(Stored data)
···

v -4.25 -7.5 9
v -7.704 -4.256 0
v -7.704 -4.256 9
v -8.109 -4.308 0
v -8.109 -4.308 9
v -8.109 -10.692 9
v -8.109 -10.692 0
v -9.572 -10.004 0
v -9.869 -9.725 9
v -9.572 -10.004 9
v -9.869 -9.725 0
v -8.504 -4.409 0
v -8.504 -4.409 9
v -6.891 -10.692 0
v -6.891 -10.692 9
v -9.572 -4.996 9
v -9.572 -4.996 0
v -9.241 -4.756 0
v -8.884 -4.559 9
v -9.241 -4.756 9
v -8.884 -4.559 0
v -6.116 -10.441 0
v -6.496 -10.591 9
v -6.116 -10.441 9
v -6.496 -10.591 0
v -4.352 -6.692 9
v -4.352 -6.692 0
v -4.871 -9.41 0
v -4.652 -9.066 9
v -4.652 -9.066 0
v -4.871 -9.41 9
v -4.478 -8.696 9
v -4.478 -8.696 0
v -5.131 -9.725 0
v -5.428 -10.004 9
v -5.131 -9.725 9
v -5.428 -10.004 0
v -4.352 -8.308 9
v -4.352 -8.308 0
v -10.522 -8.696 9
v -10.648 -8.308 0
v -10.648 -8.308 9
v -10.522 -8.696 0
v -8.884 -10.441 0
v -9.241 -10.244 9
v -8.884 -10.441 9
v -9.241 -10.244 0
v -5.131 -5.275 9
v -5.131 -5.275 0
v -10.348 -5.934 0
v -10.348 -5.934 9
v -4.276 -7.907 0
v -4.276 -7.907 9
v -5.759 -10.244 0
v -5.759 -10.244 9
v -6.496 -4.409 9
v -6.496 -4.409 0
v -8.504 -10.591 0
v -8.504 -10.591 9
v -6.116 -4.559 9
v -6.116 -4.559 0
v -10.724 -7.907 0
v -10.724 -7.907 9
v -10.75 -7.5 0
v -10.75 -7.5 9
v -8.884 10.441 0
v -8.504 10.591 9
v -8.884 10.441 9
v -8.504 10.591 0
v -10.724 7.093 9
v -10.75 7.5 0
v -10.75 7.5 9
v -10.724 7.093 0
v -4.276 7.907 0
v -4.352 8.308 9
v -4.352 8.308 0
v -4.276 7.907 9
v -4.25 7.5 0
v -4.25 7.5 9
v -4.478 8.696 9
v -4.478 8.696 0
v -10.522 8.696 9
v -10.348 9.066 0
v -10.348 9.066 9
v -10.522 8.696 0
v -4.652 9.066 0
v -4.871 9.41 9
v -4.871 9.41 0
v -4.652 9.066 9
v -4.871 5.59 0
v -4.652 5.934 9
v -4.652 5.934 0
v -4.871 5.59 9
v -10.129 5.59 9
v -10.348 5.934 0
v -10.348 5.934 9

···

## Task description
Every record above must be printed again exactly as it stands.

## Completed task
v -4.25 -7.5 9
v -7.704 -4.256 0
v -7.704 -4.256 9
v -8.109 -4.308 0
v -8.109 -4.308 9
v -8.109 -10.692 9
v -8.109 -10.692 0
v -9.572 -10.004 0
v -9.869 -9.725 9
v -9.572 -10.004 9
v -9.869 -9.725 0
v -8.504 -4.409 0
v -8.504 -4.409 9
v -6.891 -10.692 0
v -6.891 -10.692 9
v -9.572 -4.996 9
v -9.572 -4.996 0
v -9.241 -4.756 0
v -8.884 -4.559 9
v -9.241 -4.756 9
v -8.884 -4.559 0
v -6.116 -10.441 0
v -6.496 -10.591 9
v -6.116 -10.441 9
v -6.496 -10.591 0
v -4.352 -6.692 9
v -4.352 -6.692 0
v -4.871 -9.41 0
v -4.652 -9.066 9
v -4.652 -9.066 0
v -4.871 -9.41 9
v -4.478 -8.696 9
v -4.478 -8.696 0
v -5.131 -9.725 0
v -5.428 -10.004 9
v -5.131 -9.725 9
v -5.428 -10.004 0
v -4.352 -8.308 9
v -4.352 -8.308 0
v -10.522 -8.696 9
v -10.648 -8.308 0
v -10.648 -8.308 9
v -10.522 -8.696 0
v -8.884 -10.441 0
v -9.241 -10.244 9
v -8.884 -10.441 9
v -9.241 -10.244 0
v -5.131 -5.275 9
v -5.131 -5.275 0
v -10.348 -5.934 0
v -10.348 -5.934 9
v -4.276 -7.907 0
v -4.276 -7.907 9
v -5.759 -10.244 0
v -5.759 -10.244 9
v -6.496 -4.409 9
v -6.496 -4.409 0
v -8.504 -10.591 0
v -8.504 -10.591 9
v -6.116 -4.559 9
v -6.116 -4.559 0
v -10.724 -7.907 0
v -10.724 -7.907 9
v -10.75 -7.5 0
v -10.75 -7.5 9
v -8.884 10.441 0
v -8.504 10.591 9
v -8.884 10.441 9
v -8.504 10.591 0
v -10.724 7.093 9
v -10.75 7.5 0
v -10.75 7.5 9
v -10.724 7.093 0
v -4.276 7.907 0
v -4.352 8.308 9
v -4.352 8.308 0
v -4.276 7.907 9
v -4.25 7.5 0
v -4.25 7.5 9
v -4.478 8.696 9
v -4.478 8.696 0
v -10.522 8.696 9
v -10.348 9.066 0
v -10.348 9.066 9
v -10.522 8.696 0
v -4.652 9.066 0
v -4.871 9.41 9
v -4.871 9.41 0
v -4.652 9.066 9
v -4.871 5.59 0
v -4.652 5.934 9
v -4.652 5.934 0
v -4.871 5.59 9
v -10.129 5.59 9
v -10.348 5.934 0
v -10.348 5.934 9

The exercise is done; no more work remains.